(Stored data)
--*--
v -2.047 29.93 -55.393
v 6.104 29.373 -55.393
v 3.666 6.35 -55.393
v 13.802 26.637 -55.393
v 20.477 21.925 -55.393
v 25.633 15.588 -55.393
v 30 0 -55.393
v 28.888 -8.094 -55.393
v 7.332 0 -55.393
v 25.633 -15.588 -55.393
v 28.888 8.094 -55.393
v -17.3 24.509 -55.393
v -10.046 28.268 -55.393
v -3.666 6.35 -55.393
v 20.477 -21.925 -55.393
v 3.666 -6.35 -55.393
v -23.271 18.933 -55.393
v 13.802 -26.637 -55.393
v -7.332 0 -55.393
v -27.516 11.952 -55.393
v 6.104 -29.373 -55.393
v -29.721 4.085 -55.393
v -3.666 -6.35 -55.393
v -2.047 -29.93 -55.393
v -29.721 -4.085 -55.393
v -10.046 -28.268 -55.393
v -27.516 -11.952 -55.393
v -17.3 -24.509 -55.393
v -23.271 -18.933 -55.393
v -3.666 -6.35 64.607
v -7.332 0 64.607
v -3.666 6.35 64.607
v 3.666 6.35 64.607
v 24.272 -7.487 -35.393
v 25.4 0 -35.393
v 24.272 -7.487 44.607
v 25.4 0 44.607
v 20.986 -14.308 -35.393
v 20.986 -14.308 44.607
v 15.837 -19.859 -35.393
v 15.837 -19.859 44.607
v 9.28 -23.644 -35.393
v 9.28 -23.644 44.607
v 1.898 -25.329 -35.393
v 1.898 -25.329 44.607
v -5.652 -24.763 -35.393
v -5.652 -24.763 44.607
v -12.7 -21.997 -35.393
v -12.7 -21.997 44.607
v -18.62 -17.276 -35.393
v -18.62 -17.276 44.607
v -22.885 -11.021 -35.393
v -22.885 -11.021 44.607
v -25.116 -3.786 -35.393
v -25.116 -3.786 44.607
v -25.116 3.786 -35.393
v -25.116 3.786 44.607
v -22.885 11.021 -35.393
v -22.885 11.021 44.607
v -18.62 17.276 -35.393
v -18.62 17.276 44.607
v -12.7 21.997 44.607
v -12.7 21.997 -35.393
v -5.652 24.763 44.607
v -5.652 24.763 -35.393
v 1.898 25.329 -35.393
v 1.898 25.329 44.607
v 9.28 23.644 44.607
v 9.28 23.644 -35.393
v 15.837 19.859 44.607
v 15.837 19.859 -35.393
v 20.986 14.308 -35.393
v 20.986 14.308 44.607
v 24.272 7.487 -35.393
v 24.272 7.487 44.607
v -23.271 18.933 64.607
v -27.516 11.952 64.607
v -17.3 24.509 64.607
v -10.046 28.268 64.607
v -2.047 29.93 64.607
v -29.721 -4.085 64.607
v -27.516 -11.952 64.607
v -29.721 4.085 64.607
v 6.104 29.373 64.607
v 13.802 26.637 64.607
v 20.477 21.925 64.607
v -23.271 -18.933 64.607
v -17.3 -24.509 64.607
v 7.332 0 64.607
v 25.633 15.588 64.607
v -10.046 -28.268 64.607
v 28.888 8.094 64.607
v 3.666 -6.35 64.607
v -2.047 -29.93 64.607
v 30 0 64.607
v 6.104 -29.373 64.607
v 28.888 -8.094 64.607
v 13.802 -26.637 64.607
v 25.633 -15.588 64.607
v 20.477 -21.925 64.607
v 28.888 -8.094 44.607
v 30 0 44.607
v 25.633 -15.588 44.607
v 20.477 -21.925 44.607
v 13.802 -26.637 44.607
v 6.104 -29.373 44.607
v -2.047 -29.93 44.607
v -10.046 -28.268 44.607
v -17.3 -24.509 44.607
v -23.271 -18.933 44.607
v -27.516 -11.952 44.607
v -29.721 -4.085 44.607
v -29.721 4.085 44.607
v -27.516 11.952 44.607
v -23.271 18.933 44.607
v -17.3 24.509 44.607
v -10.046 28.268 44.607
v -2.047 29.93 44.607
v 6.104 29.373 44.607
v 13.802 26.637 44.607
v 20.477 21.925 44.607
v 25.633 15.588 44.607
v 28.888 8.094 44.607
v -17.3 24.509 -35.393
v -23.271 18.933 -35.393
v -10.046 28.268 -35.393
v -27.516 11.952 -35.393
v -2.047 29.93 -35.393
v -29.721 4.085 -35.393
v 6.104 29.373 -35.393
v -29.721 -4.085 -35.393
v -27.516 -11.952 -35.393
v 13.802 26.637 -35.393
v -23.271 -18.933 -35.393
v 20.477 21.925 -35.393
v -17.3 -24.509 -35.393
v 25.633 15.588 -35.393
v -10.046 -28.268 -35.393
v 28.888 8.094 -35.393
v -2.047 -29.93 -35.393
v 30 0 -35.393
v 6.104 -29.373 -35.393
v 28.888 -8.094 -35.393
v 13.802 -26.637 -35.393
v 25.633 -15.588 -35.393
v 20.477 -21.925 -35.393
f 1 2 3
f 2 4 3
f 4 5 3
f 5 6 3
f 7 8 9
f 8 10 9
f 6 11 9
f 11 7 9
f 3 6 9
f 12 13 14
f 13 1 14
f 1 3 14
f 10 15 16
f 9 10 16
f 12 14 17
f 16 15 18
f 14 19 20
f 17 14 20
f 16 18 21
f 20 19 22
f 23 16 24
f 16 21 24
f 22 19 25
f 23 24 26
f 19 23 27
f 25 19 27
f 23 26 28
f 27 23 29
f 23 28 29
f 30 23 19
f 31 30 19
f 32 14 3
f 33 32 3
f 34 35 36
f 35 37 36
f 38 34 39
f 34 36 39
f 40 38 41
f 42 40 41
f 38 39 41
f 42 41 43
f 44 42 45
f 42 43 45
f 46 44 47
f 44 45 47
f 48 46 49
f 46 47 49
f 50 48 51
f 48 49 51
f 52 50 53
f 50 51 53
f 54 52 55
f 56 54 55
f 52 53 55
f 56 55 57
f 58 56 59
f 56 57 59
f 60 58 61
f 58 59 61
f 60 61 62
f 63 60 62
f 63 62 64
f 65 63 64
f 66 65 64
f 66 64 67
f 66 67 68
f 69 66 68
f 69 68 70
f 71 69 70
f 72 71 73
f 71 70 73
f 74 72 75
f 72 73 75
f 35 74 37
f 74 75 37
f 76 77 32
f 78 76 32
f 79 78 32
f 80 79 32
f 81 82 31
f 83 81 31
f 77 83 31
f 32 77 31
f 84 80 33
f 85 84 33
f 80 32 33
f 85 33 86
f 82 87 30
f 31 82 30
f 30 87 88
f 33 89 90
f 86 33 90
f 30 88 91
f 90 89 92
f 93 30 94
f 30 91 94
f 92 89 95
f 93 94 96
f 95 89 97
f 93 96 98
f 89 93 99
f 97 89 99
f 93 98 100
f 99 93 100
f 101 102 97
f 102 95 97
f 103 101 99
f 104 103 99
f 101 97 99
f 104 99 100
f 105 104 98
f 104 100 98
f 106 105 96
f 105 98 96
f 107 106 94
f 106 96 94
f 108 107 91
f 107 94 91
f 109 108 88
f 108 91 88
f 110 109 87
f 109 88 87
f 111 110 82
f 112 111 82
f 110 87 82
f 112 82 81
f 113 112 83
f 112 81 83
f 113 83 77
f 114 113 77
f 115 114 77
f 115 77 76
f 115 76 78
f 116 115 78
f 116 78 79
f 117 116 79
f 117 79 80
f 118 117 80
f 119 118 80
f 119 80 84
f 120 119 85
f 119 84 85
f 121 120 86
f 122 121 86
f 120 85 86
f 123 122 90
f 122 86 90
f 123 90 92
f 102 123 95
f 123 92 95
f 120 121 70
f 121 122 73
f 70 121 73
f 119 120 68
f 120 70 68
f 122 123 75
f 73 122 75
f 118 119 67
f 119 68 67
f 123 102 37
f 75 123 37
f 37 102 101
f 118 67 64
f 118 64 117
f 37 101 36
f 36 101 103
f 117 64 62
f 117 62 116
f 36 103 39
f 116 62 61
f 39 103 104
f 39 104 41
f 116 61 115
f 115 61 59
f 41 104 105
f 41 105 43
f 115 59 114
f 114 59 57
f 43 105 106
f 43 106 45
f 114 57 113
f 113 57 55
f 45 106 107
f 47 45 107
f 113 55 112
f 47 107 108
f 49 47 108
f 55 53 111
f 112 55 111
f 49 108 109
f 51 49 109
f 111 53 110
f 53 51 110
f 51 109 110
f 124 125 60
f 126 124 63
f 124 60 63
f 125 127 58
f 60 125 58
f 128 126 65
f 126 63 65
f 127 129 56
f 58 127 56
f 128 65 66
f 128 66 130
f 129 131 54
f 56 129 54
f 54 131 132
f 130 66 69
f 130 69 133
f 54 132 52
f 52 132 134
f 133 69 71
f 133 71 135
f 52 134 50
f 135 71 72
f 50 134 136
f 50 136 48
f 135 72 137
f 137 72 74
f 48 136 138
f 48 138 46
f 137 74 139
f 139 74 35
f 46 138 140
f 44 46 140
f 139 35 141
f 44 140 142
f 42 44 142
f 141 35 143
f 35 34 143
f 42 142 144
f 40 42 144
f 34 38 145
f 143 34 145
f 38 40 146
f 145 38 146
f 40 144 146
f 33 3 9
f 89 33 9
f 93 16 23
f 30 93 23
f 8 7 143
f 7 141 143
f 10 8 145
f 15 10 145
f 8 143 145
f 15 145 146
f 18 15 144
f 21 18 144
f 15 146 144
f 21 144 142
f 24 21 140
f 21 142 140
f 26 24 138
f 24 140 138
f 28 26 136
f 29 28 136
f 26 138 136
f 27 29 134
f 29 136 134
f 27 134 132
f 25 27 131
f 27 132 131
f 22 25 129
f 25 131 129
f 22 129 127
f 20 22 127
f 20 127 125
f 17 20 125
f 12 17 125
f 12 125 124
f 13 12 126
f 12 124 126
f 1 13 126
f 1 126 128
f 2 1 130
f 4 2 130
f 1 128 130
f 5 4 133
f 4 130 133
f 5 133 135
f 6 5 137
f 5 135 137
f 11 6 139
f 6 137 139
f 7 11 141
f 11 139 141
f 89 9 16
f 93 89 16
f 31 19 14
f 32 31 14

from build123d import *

# Parameters (mm, degrees)
CORTAR_EXTRUIR1_DEPTH = 128.279220614


with BuildPart() as part:
    # Croquis1 → Revolución1 (revolve)
    with BuildSketch(Plane(origin=(0, 0, 0), x_dir=(1, 0, 0), z_dir=(0, 1, 0)), mode=Mode.PRIVATE) as revoluci_n1_sk:
        Polygon((0, 55.393258427), (-30, 55.393258427), (-30, 35.393258427), (-25.4, 35.393258427), (-25.4, -44.606741573), (-30, -44.606741573), (-30, -64.606741573), (0, -64.606741573), align=None)
    revolve(revoluci_n1_sk.sketch.rotate(Axis((0, 0, 64.606741573), (0, 0, -1)), 180), axis=Axis((0, 0, 64.606741573), (0, 0, -1)))

    # Croquis2 → Cortar-Extruir1 (cut, through all)
    with BuildSketch(Plane(origin=(0, 0, -55.393258427), x_dir=(-1, 0, 0), z_dir=(0, 0, -1))):
        Polygon((7.332348419, 0), (3.666174209, 6.35), (-3.666174209, 6.35), (-7.332348419, 0), (-3.666174209, -6.35), (3.666174209, -6.35), align=None)
    extrude(amount=-CORTAR_EXTRUIR1_DEPTH, mode=Mode.SUBTRACT)


solid = part.part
--*--
### WHAT THE EXERCISE ASKS
The lines running from the start of the data through the one that contains "v -5.652 24.763 44.607" should be reproduced exactly, and only those.

### RESPONSE BELOW
v -2.047 29.93 -55.393
v 6.104 29.373 -55.393
v 3.666 6.35 -55.393
v 13.802 26.637 -55.393
v 20.477 21.925 -55.393
v 25.633 15.588 -55.393
v 30 0 -55.393
v 28.888 -8.094 -55.393
v 7.332 0 -55.393
v 25.633 -15.588 -55.393
v 28.888 8.094 -55.393
v -17.3 24.509 -55.393
v -10.046 28.268 -55.393
v -3.666 6.35 -55.393
v 20.477 -21.925 -55.393
v 3.666 -6.35 -55.393
v -23.271 18.933 -55.393
v 13.802 -26.637 -55.393
v -7.332 0 -55.393
v -27.516 11.952 -55.393
v 6.104 -29.373 -55.393
v -29.721 4.085 -55.393
v -3.666 -6.35 -55.393
v -2.047 -29.93 -55.393
v -29.721 -4.085 -55.393
v -10.046 -28.268 -55.393
v -27.516 -11.952 -55.393
v -17.3 -24.509 -55.393
v -23.271 -18.933 -55.393
v -3.666 -6.35 64.607
v -7.332 0 64.607
v -3.666 6.35 64.607
v 3.666 6.35 64.607
v 24.272 -7.487 -35.393
v 25.4 0 -35.393
v 24.272 -7.487 44.607
v 25.4 0 44.607
v 20.986 -14.308 -35.393
v 20.986 -14.308 44.607
v 15.837 -19.859 -35.393
v 15.837 -19.859 44.607
v 9.28 -23.644 -35.393
v 9.28 -23.644 44.607
v 1.898 -25.329 -35.393
v 1.898 -25.329 44.607
v -5.652 -24.763 -35.393
v -5.652 -24.763 44.607
v -12.7 -21.997 -35.393
v -12.7 -21.997 44.607
v -18.62 -17.276 -35.393
v -18.62 -17.276 44.607
v -22.885 -11.021 -35.393
v -22.885 -11.021 44.607
v -25.116 -3.786 -35.393
v -25.116 -3.786 44.607
v -25.116 3.786 -35.393
v -25.116 3.786 44.607
v -22.885 11.021 -35.393
v -22.885 11.021 44.607
v -18.62 17.276 -35.393
v -18.62 17.276 44.607
v -12.7 21.997 44.607
v -12.7 21.997 -35.393
v -5.652 24.763 44.607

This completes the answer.